◆ PROBLEM REQUIREMENTS ◆
Going through the lines below, tally those that include "BuildSketch", and give only the number.

### DATASET RECORDS

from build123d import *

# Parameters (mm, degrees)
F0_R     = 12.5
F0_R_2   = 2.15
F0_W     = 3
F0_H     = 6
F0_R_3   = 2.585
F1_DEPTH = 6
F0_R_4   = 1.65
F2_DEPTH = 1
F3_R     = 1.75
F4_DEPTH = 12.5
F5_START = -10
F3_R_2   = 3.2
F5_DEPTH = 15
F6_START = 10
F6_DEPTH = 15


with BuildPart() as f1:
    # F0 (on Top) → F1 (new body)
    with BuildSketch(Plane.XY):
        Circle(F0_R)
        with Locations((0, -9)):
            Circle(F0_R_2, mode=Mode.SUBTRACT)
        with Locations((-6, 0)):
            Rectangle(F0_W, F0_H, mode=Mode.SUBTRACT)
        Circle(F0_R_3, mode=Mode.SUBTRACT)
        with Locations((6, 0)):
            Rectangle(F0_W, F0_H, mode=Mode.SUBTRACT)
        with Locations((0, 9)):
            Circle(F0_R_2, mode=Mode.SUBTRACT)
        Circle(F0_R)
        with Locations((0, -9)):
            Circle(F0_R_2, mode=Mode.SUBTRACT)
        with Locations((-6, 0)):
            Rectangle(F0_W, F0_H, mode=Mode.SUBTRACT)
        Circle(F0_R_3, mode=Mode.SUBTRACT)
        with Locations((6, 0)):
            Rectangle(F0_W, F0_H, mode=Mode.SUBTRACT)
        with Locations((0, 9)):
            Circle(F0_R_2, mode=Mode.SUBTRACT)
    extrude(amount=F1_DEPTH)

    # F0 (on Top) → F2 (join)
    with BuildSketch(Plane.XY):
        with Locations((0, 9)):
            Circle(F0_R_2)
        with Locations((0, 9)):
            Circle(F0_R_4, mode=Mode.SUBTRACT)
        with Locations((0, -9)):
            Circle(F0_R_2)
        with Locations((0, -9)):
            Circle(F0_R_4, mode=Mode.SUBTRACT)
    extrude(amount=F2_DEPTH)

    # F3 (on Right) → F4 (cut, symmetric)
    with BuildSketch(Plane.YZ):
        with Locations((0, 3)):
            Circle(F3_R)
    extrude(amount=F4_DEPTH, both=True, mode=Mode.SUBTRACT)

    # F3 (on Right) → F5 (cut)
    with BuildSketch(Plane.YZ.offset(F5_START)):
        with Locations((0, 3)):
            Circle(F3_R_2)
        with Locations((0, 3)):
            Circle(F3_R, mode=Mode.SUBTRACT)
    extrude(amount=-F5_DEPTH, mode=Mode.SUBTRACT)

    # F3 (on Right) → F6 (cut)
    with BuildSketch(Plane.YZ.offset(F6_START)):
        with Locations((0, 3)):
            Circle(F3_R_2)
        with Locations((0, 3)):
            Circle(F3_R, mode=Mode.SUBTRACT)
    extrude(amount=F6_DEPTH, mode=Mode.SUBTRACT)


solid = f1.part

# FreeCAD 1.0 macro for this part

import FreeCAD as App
import Part
import Sketcher
from FreeCAD import Vector
Q = App.Units.Quantity

doc = App.newDocument("Part")
body = doc.addObject("PartDesign::Body", "Body")

sketch1 = body.newObject("Sketcher::SketchObject", "Sketch")
sketch1.AttachmentSupport = (doc.getObject("XY_Plane"), [""])
sketch1.MapMode = "FlatFace"
sketch1.addGeometry([
    Part.Circle(Vector(0, 0, 0), Vector(0, 0, 1), 12.5),
    Part.LineSegment(Vector(-4.5, -3, 0), Vector(-7.5, -3, 0)),
    Part.LineSegment(Vector(-7.5, -3, 0), Vector(-7.5, 3, 0)),
    Part.LineSegment(Vector(-7.5, 3, 0), Vector(-4.5, 3, 0)),
    Part.LineSegment(Vector(-4.5, 3, 0), Vector(-4.5, -3, 0)),
    Part.Circle(Vector(0, -9, 0), Vector(0, 0, 1), 2.1),
    Part.Circle(Vector(0, 0, 0), Vector(0, 0, 1), 2.6),
    Part.LineSegment(Vector(7.5, -3, 0), Vector(4.5, -3, 0)),
    Part.LineSegment(Vector(4.5, -3, 0), Vector(4.5, 3, 0)),
    Part.LineSegment(Vector(4.5, 3, 0), Vector(7.5, 3, 0)),
    Part.LineSegment(Vector(7.5, 3, 0), Vector(7.5, -3, 0)),
    Part.Circle(Vector(0, 9, 0), Vector(0, 0, 1), 2.1),
], False)
sketch1.addConstraint([
    Sketcher.Constraint("Coincident", 1, 2, 2, 1),
    Sketcher.Constraint("Coincident", 2, 2, 3, 1),
    Sketcher.Constraint("Coincident", 3, 2, 4, 1),
    Sketcher.Constraint("Coincident", 4, 2, 1, 1),
    Sketcher.Constraint("Coincident", 7, 2, 8, 1),
    Sketcher.Constraint("Coincident", 8, 2, 9, 1),
    Sketcher.Constraint("Coincident", 9, 2, 10, 1),
    Sketcher.Constraint("Coincident", 10, 2, 7, 1),
    Sketcher.Constraint("Horizontal", 1),
    Sketcher.Constraint("Vertical", 2),
    Sketcher.Constraint("Horizontal", 3),
    Sketcher.Constraint("Vertical", 4),
    Sketcher.Constraint("Horizontal", 7),
    Sketcher.Constraint("Vertical", 8),
    Sketcher.Constraint("Horizontal", 9),
    Sketcher.Constraint("Vertical", 10),
    Sketcher.Constraint("Coincident", 0, 3, -1, 1),
    Sketcher.Constraint("Coincident", 6, 3, -1, 1),
    Sketcher.Constraint("Equal", 5, 11),
    Sketcher.Constraint("Symmetric", 5, 3, 11, 3, -1, 1),
    Sketcher.Constraint("Symmetric", 3, 2, 7, 2, -1, 1),
    Sketcher.Constraint("Symmetric", 1, 2, 9, 2, -1, 1),
    Sketcher.Constraint("PointOnObject", 5, 3, -2),
    Sketcher.Constraint("Horizontal", 4, 2, 7, 2),
    Sketcher.Constraint("Diameter", 0, Q("25 mm")),
    Sketcher.Constraint("Diameter", 5, Q("4.3 mm")),
    Sketcher.Constraint("Diameter", 6, Q("5.17 mm")),
    Sketcher.Constraint("DistanceX", 1, 2, 1, 1, Q("3 mm")),
    Sketcher.Constraint("DistanceY", 2, 1, 2, 2, Q("6 mm")),
    Sketcher.Constraint("DistanceY", 5, 3, -1, 1, Q("9 mm")),
    Sketcher.Constraint("DistanceX", 4, 2, 7, 2, Q("9 mm")),
])
pad1 = body.newObject("PartDesign::Pad", "Pad")
pad1.Profile = sketch1
pad1.Length = 6

sketch2 = body.newObject("Sketcher::SketchObject", "Sketch001")
sketch2.AttachmentSupport = (doc.getObject("XY_Plane"), [""])
sketch2.MapMode = "FlatFace"
sketch2.addGeometry([
    Part.Circle(Vector(0, 9, 0), Vector(0, 0, 1), 2.1),
    Part.Circle(Vector(0, 9, 0), Vector(0, 0, 1), 1.6),
    Part.Circle(Vector(0, -9, 0), Vector(0, 0, 1), 2.1),
    Part.Circle(Vector(0, -9, 0), Vector(0, 0, 1), 1.6),
], False)
sketch2.addConstraint([
    Sketcher.Constraint("Coincident", 1, 3, 0, 3),
    Sketcher.Constraint("Coincident", 3, 3, 2, 3),
    Sketcher.Constraint("Equal", 0, 2),
    Sketcher.Constraint("Equal", 1, 3),
    Sketcher.Constraint("Symmetric", 0, 3, 2, 3, -1, 1),
    Sketcher.Constraint("PointOnObject", 0, 3, -2),
    Sketcher.Constraint("Diameter", 0, Q("4.3 mm")),
    Sketcher.Constraint("Diameter", 1, Q("3.3 mm")),
    Sketcher.Constraint("DistanceY", -1, 1, 0, 3, Q("9 mm")),
])
pad2 = body.newObject("PartDesign::Pad", "Pad001")
pad2.Profile = sketch2
pad2.Length = 1

sketch3 = body.newObject("Sketcher::SketchObject", "Sketch002")
sketch3.AttachmentSupport = (doc.getObject("YZ_Plane"), [""])
sketch3.MapMode = "FlatFace"
sketch3.addGeometry(Part.Circle(Vector(0, 3, 0), Vector(0, 0, 1), 1.8), False)
sketch3.addConstraint([
    Sketcher.Constraint("PointOnObject", 0, 3, -2),
    Sketcher.Constraint("Diameter", 0, Q("3.5 mm")),
    Sketcher.Constraint("DistanceY", -1, 1, 0, 3, Q("3 mm")),
])
pocket1 = body.newObject("PartDesign::Pocket", "Pocket")
pocket1.Profile = sketch3
pocket1.Length = 25
pocket1.Midplane = True

sketch4 = body.newObject("Sketcher::SketchObject", "Sketch003")
sketch4.AttachmentSupport = (doc.getObject("YZ_Plane"), [""])
sketch4.MapMode = "FlatFace"
sketch4.AttachmentOffset = App.Placement(Vector(0, 0, -10), App.Rotation())
sketch4.addGeometry([
    Part.Circle(Vector(0, 3, 0), Vector(0, 0, 1), 3.2),
    Part.Circle(Vector(0, 3, 0), Vector(0, 0, 1), 1.8),
], False)
sketch4.addConstraint([
    Sketcher.Constraint("Coincident", 1, 3, 0, 3),
    Sketcher.Constraint("PointOnObject", 0, 3, -2),
    Sketcher.Constraint("Diameter", 0, Q("6.4 mm")),
    Sketcher.Constraint("Diameter", 1, Q("3.5 mm")),
    Sketcher.Constraint("DistanceY", -1, 1, 0, 3, Q("3 mm")),
])
pocket2 = body.newObject("PartDesign::Pocket", "Pocket001")
pocket2.Profile = sketch4
pocket2.Length = 15

sketch5 = body.newObject("Sketcher::SketchObject", "Sketch004")
sketch5.AttachmentSupport = (doc.getObject("YZ_Plane"), [""])
sketch5.MapMode = "FlatFace"
sketch5.AttachmentOffset = App.Placement(Vector(0, 0, 10), App.Rotation())
sketch5.addGeometry([
    Part.Circle(Vector(0, 3, 0), Vector(0, 0, 1), 3.2),
    Part.Circle(Vector(0, 3, 0), Vector(0, 0, 1), 1.8),
], False)
sketch5.addConstraint([
    Sketcher.Constraint("Coincident", 1, 3, 0, 3),
    Sketcher.Constraint("PointOnObject", 0, 3, -2),
    Sketcher.Constraint("Diameter", 0, Q("6.4 mm")),
    Sketcher.Constraint("Diameter", 1, Q("3.5 mm")),
    Sketcher.Constraint("DistanceY", -1, 1, 0, 3, Q("3 mm")),
])
pocket3 = body.newObject("PartDesign::Pocket", "Pocket002")
pocket3.Profile = sketch5
pocket3.Length = 15
pocket3.Reversed = True

doc.recompute()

######

◆ RESULT OF THIS EXERCISE ◆
5